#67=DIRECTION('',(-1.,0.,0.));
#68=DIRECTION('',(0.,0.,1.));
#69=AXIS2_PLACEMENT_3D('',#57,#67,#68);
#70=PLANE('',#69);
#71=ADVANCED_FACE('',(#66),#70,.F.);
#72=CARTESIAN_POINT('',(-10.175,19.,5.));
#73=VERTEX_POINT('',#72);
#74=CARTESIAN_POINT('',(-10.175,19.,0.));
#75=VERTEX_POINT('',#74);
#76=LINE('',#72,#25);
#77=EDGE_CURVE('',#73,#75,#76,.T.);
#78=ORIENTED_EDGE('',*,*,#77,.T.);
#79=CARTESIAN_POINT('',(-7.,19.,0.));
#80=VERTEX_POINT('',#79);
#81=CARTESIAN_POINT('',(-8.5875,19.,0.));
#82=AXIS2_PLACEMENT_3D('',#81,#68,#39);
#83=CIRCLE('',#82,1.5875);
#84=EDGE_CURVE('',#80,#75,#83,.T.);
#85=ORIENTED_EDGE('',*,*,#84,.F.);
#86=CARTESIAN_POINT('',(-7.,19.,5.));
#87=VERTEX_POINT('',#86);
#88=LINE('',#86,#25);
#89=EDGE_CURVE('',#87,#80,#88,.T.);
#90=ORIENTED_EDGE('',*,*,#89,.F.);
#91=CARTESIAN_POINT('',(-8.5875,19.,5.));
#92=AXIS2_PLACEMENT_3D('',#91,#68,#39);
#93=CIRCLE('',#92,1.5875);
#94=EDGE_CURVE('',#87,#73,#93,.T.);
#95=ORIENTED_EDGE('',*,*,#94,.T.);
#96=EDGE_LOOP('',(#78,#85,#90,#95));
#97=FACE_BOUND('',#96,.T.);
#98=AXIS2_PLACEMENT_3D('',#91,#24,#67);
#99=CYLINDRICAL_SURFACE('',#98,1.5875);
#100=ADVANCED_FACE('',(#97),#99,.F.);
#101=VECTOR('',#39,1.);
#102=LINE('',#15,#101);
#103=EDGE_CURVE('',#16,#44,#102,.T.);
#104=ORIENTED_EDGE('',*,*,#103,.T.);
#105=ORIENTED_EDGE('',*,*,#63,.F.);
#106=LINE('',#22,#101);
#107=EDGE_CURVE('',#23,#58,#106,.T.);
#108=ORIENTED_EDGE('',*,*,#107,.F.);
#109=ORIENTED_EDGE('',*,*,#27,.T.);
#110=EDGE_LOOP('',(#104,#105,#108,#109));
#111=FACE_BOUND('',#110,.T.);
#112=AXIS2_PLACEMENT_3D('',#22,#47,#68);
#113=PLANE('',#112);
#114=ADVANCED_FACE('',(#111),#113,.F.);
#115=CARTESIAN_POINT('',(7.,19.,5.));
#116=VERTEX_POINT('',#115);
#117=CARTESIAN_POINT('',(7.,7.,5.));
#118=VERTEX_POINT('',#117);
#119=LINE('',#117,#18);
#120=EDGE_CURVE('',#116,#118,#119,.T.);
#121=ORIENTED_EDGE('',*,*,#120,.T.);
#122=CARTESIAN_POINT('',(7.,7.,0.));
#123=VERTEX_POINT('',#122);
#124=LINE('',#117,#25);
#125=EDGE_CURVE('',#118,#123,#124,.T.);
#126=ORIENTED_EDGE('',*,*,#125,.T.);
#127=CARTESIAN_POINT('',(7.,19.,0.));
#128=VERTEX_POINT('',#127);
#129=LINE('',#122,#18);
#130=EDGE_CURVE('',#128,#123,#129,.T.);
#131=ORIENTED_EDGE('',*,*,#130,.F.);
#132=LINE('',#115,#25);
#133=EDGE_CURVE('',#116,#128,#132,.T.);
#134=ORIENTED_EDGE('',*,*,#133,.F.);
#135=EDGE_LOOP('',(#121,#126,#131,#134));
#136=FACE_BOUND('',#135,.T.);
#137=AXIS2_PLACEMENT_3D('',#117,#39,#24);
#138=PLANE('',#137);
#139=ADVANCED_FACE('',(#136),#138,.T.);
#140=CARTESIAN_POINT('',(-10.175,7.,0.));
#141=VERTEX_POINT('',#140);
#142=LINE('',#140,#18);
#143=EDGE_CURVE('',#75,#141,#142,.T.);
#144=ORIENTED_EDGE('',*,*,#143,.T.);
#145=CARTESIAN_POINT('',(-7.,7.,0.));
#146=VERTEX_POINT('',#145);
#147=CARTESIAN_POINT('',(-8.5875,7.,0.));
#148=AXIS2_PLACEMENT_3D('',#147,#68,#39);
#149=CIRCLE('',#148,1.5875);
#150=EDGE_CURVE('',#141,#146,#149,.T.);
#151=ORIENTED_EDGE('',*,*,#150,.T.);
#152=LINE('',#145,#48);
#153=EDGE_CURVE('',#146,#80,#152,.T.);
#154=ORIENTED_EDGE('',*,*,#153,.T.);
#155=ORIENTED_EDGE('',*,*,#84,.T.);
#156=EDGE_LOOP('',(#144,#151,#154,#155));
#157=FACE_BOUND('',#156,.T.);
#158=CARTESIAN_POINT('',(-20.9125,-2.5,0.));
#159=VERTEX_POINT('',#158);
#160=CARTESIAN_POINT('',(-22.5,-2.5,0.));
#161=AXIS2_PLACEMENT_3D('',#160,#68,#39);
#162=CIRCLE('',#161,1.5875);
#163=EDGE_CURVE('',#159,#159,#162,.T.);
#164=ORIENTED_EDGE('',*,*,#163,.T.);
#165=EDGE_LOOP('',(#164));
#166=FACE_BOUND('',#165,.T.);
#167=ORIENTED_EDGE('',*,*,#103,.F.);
----
#### Your instructions
Out of the data above, give again only the lines starting at the one holding "#126=ORIENTED_EDGE('',*,*,#125,.T.);" and ending at the one holding "#135=EDGE_LOOP('',(#121,#126,#131,#134));", unchanged.

#### Reply
#126=ORIENTED_EDGE('',*,*,#125,.T.);
#127=CARTESIAN_POINT('',(7.,19.,0.));
#128=VERTEX_POINT('',#127);
#129=LINE('',#122,#18);
#130=EDGE_CURVE('',#128,#123,#129,.T.);
#131=ORIENTED_EDGE('',*,*,#130,.F.);
#132=LINE('',#115,#25);
#133=EDGE_CURVE('',#116,#128,#132,.T.);
#134=ORIENTED_EDGE('',*,*,#133,.F.);
#135=EDGE_LOOP('',(#121,#126,#131,#134));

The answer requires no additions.